*Task requirements*: Each line of the data below containing "amount" needs to be listed.

(Stored items)

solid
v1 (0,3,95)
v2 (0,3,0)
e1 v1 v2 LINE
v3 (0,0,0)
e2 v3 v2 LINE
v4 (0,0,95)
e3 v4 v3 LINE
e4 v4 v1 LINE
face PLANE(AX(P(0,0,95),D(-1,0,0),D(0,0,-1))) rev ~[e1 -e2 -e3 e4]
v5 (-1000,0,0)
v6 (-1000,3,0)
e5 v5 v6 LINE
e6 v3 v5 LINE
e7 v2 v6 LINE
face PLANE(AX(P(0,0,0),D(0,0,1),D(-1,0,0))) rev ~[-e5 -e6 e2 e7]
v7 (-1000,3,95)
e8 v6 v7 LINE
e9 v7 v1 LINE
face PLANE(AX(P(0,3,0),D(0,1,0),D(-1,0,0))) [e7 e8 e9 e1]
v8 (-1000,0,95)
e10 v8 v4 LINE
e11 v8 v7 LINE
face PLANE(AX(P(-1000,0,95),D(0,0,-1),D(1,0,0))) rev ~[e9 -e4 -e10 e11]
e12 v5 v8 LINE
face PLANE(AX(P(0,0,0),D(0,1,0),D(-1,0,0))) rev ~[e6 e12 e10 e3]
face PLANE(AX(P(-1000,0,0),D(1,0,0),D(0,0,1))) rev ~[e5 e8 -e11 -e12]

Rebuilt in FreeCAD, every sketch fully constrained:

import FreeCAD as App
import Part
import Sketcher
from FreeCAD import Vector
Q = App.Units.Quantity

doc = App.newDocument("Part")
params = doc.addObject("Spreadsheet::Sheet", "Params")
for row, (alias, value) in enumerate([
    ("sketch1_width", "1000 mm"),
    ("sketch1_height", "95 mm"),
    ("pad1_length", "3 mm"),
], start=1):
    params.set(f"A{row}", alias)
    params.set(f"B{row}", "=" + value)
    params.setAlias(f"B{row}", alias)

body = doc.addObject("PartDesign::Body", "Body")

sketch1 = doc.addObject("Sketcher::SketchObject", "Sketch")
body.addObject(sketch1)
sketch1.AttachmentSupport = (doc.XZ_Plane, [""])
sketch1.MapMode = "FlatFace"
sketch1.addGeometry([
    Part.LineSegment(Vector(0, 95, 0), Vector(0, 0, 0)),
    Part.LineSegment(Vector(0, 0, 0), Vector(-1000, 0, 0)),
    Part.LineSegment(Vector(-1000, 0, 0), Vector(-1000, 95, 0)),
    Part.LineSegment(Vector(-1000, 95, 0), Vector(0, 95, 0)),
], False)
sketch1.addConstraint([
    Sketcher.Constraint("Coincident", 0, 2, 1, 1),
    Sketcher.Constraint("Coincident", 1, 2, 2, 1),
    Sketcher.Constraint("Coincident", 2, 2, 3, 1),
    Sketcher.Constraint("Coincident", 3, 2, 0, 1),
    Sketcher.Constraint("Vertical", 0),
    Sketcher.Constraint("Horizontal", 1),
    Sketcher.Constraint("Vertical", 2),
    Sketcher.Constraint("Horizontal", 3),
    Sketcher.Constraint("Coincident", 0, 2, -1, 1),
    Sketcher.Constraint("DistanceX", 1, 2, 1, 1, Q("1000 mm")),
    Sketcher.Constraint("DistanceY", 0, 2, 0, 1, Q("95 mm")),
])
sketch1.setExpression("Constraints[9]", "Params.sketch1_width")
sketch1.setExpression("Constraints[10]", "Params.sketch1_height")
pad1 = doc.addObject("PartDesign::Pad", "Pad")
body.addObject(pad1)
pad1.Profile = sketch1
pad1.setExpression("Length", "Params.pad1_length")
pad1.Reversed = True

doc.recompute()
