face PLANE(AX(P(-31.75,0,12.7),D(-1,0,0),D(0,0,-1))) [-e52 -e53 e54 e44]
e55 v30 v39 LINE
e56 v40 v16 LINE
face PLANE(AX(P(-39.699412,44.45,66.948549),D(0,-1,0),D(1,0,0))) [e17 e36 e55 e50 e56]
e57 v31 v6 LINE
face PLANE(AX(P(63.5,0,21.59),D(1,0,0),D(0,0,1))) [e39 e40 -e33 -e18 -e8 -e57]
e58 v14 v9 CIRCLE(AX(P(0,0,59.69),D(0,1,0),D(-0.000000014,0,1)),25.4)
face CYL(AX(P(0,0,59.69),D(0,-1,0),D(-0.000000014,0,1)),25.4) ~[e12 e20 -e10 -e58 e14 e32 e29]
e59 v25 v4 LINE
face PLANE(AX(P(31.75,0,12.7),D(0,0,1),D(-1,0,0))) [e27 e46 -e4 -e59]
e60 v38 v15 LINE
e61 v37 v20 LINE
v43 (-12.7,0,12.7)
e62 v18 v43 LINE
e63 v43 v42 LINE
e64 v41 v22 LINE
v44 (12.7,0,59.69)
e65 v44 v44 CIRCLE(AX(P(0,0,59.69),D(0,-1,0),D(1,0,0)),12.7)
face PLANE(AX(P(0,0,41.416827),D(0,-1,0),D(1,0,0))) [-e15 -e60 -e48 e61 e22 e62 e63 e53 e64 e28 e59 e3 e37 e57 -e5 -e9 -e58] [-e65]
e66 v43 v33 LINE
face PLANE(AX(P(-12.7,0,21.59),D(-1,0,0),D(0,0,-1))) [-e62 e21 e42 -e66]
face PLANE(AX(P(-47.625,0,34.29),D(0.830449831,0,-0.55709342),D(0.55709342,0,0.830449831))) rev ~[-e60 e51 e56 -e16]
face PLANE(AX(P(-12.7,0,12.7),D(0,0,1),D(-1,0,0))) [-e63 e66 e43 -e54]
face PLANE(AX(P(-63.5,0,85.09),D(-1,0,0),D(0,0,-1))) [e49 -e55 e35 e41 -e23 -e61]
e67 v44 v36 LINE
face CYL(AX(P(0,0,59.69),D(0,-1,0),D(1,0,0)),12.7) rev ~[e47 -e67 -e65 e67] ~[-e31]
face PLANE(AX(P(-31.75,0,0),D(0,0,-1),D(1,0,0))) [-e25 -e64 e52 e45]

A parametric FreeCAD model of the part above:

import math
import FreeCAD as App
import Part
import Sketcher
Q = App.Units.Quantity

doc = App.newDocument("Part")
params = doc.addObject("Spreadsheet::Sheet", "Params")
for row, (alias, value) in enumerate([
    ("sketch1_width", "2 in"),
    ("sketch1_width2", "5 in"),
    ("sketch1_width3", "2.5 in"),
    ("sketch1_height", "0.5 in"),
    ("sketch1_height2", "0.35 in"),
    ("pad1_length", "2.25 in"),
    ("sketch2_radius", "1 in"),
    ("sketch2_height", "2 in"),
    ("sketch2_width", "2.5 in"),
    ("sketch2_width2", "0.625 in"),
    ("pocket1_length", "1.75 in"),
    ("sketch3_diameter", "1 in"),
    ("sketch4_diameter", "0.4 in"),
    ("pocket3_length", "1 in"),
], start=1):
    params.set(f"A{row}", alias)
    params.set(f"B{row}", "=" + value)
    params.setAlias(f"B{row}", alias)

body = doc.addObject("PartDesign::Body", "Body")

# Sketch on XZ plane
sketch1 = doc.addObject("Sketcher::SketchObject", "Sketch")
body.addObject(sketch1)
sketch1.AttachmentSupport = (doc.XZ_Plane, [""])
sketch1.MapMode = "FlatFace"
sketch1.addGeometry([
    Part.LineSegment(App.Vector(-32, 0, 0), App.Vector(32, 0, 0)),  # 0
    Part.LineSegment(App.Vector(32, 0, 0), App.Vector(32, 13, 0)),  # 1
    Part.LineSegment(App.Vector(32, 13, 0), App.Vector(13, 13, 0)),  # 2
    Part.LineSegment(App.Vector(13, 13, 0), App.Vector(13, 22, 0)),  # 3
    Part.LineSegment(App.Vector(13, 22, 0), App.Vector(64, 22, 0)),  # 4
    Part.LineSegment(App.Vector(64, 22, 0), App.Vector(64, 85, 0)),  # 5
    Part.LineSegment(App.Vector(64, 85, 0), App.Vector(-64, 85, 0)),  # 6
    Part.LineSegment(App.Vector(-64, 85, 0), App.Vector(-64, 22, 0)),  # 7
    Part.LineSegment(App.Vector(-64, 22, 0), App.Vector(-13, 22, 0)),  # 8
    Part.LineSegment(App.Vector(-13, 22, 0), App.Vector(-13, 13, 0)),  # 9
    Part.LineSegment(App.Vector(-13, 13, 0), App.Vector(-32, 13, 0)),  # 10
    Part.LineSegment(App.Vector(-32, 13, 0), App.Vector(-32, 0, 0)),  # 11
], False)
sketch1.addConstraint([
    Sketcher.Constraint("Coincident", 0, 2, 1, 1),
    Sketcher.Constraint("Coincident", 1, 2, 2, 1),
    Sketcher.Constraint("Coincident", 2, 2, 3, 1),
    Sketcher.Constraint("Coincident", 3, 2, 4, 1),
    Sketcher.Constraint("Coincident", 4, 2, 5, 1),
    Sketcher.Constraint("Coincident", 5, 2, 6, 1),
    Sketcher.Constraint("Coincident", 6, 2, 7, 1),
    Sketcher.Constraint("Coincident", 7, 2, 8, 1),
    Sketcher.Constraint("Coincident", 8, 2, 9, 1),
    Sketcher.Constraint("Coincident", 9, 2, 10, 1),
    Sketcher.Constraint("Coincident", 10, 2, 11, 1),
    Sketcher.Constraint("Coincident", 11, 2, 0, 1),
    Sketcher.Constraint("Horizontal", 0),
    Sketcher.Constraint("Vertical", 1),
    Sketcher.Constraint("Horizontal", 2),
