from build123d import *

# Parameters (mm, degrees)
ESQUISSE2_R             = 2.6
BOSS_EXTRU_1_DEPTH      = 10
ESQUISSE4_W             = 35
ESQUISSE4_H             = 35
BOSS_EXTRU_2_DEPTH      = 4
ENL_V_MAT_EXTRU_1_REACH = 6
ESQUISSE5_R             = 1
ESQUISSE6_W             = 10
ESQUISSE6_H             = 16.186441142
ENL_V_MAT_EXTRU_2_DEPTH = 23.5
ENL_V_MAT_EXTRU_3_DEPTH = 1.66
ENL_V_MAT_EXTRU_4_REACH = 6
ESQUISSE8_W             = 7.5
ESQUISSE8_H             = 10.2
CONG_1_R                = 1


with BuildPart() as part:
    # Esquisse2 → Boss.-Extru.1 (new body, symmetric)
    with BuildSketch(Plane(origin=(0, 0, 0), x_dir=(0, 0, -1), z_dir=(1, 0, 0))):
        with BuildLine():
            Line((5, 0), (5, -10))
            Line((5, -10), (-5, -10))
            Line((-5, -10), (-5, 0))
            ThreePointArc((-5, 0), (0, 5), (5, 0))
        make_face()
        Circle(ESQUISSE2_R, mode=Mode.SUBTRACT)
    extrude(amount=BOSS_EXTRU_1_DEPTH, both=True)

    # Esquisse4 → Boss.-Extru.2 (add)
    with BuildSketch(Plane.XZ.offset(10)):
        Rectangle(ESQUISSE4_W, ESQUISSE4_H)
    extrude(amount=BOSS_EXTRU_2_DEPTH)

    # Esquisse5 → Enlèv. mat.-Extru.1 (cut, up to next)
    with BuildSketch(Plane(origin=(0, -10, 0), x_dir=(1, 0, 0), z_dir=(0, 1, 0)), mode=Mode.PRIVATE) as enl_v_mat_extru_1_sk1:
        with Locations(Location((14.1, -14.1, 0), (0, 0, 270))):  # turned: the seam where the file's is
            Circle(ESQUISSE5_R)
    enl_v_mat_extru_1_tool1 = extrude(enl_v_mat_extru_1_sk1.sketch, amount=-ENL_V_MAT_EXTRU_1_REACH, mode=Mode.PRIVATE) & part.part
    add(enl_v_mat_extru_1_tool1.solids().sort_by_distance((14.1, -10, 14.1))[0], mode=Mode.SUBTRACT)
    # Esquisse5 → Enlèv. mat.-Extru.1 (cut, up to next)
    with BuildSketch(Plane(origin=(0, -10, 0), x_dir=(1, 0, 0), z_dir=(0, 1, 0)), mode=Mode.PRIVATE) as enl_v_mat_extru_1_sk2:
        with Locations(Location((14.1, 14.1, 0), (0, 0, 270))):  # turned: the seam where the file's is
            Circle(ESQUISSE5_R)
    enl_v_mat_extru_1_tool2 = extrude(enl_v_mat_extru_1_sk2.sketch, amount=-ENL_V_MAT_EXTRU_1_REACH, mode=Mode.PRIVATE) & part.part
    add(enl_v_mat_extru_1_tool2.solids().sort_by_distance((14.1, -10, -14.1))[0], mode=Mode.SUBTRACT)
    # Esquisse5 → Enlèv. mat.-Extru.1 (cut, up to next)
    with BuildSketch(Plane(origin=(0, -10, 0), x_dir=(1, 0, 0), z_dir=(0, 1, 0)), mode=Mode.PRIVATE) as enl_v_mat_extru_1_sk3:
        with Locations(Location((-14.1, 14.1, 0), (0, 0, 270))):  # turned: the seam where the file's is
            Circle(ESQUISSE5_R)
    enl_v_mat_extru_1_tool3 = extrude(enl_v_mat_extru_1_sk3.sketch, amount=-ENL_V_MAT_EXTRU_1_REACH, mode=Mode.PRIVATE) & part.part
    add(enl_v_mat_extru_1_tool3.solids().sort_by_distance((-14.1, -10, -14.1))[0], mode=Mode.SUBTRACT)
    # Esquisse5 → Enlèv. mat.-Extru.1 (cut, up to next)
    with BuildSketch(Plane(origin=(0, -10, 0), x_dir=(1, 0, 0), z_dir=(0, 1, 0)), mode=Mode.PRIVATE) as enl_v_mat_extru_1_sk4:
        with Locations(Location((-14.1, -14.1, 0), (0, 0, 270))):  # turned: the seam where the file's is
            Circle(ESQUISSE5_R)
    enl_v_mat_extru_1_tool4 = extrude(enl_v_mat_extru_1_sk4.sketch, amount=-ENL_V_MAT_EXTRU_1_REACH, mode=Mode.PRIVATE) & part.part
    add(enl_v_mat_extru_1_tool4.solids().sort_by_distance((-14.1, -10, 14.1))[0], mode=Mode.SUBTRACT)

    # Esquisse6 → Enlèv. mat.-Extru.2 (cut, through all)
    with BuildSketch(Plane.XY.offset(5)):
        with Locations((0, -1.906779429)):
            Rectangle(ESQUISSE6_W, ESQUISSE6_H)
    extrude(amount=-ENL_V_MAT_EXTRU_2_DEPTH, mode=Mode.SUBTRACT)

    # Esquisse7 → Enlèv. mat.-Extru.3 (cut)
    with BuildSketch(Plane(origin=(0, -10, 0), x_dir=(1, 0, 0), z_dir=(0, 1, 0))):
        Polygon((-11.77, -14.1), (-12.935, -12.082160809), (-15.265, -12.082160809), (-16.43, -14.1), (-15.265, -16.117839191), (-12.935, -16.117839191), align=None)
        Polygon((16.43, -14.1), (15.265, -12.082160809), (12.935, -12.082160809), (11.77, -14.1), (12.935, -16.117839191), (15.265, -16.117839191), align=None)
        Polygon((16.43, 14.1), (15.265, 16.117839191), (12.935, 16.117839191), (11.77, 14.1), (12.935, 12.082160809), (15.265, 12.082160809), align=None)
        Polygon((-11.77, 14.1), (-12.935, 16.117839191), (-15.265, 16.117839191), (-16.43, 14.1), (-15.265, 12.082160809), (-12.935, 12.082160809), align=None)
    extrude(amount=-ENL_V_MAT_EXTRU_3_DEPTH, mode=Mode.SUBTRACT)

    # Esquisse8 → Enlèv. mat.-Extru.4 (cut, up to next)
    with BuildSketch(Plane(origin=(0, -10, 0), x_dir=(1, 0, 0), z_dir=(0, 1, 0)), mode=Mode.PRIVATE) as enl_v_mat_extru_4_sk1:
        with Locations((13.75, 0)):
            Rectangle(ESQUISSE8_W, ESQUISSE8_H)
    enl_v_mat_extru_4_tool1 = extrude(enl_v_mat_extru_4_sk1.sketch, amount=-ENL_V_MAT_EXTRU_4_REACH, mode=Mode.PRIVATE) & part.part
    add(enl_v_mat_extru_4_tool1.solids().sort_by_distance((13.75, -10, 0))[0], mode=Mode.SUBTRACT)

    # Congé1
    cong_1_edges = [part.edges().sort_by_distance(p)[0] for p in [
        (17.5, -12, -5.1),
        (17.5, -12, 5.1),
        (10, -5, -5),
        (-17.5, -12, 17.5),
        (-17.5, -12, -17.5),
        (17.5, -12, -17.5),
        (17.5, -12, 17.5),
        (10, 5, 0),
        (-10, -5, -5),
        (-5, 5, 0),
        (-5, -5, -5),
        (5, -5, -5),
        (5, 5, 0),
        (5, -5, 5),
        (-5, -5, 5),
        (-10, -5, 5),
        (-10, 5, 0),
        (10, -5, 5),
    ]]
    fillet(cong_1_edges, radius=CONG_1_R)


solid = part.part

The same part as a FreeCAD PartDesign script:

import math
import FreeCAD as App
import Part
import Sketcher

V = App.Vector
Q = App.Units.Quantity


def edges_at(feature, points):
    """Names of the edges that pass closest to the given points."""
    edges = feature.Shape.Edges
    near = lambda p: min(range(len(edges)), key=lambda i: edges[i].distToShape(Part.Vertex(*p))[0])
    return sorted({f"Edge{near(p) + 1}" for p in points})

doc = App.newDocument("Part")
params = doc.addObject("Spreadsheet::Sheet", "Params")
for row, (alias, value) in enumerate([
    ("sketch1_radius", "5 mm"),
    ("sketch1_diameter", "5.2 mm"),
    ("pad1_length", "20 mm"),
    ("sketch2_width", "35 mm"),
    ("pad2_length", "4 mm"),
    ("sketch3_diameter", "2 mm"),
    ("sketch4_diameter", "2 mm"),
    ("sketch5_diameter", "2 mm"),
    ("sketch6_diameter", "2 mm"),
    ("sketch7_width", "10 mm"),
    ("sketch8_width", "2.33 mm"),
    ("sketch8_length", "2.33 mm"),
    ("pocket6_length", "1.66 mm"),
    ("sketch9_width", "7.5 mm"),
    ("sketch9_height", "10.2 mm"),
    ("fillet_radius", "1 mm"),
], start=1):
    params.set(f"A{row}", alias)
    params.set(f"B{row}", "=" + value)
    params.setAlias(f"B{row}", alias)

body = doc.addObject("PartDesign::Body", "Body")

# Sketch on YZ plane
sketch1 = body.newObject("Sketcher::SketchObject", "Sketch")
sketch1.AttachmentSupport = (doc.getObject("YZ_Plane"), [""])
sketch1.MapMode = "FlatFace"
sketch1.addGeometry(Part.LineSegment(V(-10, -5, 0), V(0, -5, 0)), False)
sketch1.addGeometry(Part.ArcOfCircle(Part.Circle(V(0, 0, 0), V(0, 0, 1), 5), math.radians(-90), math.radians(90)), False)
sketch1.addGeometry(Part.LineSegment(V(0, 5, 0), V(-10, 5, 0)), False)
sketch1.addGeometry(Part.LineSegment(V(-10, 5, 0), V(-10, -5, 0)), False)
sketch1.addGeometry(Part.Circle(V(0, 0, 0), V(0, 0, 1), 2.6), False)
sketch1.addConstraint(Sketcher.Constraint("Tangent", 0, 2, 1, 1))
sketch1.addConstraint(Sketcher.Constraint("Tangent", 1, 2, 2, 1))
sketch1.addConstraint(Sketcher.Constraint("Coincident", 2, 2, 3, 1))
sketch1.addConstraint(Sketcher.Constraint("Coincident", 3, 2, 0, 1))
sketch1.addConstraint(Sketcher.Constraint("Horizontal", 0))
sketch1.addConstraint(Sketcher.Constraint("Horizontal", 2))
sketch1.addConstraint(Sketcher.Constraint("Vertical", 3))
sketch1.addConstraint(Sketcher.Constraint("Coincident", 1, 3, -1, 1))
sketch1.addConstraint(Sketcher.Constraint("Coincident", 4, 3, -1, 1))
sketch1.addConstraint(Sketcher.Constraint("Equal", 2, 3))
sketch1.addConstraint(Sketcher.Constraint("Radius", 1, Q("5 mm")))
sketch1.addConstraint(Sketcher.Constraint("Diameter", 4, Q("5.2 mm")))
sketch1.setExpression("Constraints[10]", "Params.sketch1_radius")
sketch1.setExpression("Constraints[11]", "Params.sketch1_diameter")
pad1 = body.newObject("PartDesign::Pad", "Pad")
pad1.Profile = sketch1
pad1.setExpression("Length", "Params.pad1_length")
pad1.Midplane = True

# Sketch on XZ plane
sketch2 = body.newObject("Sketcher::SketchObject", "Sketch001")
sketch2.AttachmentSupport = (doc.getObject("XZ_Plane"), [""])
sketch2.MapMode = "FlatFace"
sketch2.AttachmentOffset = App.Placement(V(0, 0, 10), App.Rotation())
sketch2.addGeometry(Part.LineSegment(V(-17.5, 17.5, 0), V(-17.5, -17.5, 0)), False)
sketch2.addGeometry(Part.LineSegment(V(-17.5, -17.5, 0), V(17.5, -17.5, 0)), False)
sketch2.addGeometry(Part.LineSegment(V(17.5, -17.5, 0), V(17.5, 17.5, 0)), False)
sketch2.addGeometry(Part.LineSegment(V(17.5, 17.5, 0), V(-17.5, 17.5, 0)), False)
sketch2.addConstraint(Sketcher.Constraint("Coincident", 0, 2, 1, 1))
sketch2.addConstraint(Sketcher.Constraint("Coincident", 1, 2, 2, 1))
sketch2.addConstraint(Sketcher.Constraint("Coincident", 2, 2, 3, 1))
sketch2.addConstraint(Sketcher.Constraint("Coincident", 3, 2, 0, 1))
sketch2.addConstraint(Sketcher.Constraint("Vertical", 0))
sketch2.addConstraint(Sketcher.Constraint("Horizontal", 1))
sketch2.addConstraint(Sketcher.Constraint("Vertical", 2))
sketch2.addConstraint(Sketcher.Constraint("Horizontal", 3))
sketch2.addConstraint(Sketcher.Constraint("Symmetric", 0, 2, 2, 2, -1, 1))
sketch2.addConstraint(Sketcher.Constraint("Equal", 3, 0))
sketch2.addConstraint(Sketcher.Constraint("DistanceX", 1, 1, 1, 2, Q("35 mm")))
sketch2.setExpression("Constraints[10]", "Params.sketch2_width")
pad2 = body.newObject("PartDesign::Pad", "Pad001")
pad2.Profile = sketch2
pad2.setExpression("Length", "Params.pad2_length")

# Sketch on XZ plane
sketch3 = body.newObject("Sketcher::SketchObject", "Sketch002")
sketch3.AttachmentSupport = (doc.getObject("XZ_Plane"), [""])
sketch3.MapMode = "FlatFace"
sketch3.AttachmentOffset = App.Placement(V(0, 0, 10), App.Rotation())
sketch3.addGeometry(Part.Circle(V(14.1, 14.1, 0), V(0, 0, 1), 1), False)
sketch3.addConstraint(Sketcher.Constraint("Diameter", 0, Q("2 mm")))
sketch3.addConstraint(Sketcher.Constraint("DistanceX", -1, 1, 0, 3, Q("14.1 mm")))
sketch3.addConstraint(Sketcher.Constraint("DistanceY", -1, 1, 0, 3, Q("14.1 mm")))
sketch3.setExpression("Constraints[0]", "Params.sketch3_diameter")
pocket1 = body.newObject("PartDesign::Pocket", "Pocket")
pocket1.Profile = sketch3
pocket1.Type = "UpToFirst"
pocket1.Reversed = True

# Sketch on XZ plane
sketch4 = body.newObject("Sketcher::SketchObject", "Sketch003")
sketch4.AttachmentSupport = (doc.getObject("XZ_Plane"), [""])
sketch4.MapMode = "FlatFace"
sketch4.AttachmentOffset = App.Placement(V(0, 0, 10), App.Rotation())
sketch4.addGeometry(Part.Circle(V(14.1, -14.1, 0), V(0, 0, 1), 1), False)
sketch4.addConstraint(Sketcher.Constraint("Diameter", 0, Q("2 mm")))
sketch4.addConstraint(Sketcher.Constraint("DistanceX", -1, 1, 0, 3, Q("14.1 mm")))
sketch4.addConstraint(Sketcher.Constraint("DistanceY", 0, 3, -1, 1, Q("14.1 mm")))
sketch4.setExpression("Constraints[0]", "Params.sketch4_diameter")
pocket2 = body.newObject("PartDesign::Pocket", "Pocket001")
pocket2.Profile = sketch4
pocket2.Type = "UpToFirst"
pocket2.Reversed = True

*Expected answer*:
    extrude(amount=BOSS_EXTRU_1_DEPTH, both=True)
    extrude(amount=BOSS_EXTRU_2_DEPTH)
    enl_v_mat_extru_1_tool1 = extrude(enl_v_mat_extru_1_sk1.sketch, amount=-ENL_V_MAT_EXTRU_1_REACH, mode=Mode.PRIVATE) & part.part
    enl_v_mat_extru_1_tool2 = extrude(enl_v_mat_extru_1_sk2.sketch, amount=-ENL_V_MAT_EXTRU_1_REACH, mode=Mode.PRIVATE) & part.part
    enl_v_mat_extru_1_tool3 = extrude(enl_v_mat_extru_1_sk3.sketch, amount=-ENL_V_MAT_EXTRU_1_REACH, mode=Mode.PRIVATE) & part.part
    enl_v_mat_extru_1_tool4 = extrude(enl_v_mat_extru_1_sk4.sketch, amount=-ENL_V_MAT_EXTRU_1_REACH, mode=Mode.PRIVATE) & part.part
    extrude(amount=-ENL_V_MAT_EXTRU_2_DEPTH, mode=Mode.SUBTRACT)
    extrude(amount=-ENL_V_MAT_EXTRU_3_DEPTH, mode=Mode.SUBTRACT)
    enl_v_mat_extru_4_tool1 = extrude(enl_v_mat_extru_4_sk1.sketch, amount=-ENL_V_MAT_EXTRU_4_REACH, mode=Mode.PRIVATE) & part.part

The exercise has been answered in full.